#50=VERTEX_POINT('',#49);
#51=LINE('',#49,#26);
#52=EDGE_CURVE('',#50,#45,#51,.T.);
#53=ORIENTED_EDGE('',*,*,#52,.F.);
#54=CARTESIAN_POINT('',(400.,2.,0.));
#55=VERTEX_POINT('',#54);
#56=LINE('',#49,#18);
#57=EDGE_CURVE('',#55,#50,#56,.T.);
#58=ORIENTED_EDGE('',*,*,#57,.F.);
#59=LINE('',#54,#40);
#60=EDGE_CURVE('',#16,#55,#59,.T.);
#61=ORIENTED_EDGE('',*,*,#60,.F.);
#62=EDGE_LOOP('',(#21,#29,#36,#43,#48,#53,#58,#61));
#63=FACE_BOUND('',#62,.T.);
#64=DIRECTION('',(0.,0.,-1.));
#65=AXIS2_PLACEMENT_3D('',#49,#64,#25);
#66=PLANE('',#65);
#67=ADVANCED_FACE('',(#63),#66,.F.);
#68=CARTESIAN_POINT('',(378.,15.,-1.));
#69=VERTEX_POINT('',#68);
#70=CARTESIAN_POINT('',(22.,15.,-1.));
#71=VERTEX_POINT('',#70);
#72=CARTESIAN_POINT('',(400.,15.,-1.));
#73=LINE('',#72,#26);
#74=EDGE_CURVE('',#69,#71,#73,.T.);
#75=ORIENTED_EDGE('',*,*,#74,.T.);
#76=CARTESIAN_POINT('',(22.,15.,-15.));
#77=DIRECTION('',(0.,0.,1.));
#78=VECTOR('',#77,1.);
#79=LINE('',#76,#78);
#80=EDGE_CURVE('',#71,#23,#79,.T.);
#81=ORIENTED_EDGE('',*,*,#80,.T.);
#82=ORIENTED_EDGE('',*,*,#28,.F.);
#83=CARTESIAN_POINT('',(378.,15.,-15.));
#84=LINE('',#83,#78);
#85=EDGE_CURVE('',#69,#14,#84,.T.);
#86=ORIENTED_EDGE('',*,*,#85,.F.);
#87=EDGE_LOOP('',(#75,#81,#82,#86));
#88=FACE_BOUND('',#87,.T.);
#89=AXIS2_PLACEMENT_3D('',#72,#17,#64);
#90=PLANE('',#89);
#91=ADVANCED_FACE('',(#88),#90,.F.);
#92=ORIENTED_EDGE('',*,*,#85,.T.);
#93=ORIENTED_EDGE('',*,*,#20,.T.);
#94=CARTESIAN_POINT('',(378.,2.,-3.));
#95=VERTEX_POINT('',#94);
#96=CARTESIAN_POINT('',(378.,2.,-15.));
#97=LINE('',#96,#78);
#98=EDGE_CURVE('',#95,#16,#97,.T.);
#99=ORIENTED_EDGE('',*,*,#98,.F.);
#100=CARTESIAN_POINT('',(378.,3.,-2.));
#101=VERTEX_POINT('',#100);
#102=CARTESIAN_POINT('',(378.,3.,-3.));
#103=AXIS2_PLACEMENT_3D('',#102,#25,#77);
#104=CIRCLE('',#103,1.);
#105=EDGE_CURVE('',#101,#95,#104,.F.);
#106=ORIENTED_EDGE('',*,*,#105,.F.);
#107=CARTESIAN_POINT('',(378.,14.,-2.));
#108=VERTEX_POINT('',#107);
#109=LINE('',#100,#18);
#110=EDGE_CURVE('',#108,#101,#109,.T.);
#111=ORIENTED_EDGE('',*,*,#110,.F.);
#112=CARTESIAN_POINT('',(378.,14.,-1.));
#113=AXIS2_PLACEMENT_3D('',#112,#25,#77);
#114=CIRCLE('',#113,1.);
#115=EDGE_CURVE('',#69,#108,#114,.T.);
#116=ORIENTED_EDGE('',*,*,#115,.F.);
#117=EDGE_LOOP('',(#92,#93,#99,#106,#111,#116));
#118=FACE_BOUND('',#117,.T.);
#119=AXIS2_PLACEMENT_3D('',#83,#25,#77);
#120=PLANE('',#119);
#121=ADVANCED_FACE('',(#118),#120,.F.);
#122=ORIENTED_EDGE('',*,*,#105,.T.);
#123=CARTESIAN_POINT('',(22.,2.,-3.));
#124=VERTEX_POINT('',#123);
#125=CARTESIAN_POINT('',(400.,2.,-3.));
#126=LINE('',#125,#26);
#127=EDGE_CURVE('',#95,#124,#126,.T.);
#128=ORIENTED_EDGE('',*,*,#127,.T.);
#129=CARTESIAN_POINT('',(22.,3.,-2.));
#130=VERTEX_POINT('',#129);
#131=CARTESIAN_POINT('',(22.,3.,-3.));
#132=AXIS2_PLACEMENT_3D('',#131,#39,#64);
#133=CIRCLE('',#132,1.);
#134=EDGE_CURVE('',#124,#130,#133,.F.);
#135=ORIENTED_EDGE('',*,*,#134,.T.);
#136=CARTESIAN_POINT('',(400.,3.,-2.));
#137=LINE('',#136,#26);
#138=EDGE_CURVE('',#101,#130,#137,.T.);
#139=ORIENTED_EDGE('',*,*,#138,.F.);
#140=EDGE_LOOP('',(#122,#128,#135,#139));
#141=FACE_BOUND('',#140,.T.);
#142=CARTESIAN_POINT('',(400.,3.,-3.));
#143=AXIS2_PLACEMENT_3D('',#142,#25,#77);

========

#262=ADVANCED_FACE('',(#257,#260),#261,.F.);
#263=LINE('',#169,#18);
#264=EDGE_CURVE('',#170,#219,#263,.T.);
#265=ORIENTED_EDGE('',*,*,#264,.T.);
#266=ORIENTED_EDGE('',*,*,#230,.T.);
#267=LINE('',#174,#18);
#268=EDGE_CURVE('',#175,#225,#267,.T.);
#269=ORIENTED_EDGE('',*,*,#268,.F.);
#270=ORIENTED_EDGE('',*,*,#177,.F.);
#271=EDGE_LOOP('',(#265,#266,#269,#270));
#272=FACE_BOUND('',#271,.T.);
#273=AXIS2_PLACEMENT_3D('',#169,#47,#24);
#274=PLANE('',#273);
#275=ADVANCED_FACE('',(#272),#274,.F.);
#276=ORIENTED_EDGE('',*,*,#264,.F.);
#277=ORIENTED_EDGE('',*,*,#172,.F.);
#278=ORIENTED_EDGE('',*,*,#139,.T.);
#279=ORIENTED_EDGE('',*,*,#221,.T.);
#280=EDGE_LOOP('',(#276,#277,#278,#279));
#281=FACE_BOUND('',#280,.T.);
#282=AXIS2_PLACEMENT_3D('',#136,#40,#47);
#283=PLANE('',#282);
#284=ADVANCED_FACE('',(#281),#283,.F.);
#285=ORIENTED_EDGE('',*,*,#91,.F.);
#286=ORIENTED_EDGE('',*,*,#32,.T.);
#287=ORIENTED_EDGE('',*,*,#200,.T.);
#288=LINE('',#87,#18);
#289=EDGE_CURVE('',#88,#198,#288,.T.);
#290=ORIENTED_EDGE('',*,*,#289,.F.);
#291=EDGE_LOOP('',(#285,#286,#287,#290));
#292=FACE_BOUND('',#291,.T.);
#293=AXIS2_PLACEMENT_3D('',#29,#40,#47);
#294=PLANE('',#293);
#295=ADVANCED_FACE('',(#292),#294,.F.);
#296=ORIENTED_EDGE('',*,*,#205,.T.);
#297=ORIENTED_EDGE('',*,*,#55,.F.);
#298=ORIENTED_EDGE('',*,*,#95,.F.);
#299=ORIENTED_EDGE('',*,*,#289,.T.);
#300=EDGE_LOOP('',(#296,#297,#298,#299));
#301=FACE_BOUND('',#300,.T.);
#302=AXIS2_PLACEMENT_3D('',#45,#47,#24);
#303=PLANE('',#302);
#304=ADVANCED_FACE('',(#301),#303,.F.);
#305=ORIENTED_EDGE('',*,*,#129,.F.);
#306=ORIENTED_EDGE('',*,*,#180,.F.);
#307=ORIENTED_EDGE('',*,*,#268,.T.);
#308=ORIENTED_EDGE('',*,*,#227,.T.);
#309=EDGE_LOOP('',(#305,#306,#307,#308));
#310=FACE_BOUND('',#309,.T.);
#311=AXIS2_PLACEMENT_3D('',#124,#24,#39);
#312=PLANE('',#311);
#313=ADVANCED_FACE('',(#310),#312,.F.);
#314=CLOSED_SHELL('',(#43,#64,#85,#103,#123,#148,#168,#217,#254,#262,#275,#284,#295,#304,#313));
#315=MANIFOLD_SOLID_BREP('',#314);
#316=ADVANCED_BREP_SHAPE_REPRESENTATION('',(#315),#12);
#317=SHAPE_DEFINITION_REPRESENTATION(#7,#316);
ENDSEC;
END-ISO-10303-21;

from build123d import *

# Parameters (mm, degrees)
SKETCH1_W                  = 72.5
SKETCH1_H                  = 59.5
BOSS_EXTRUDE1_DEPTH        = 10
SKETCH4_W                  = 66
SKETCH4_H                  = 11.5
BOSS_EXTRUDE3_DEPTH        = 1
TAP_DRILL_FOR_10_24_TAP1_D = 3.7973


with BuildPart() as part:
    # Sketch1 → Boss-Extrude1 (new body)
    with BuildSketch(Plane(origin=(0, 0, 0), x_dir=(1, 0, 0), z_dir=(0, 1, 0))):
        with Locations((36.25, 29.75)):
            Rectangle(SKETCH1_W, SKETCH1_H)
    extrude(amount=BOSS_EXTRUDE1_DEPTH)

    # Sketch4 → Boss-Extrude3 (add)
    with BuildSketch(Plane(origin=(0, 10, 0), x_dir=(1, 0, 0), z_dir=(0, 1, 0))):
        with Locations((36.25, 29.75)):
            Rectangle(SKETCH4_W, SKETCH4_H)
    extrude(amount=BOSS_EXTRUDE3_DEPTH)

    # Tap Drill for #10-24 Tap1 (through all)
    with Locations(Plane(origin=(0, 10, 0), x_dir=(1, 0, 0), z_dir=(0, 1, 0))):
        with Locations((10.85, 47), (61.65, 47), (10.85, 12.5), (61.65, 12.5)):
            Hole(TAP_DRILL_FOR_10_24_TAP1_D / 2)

========

What you will do: Which lines of the data contain the word "amount"? Copy each one.

Expected output:
    extrude(amount=BOSS_EXTRUDE1_DEPTH)
    extrude(amount=BOSS_EXTRUDE3_DEPTH)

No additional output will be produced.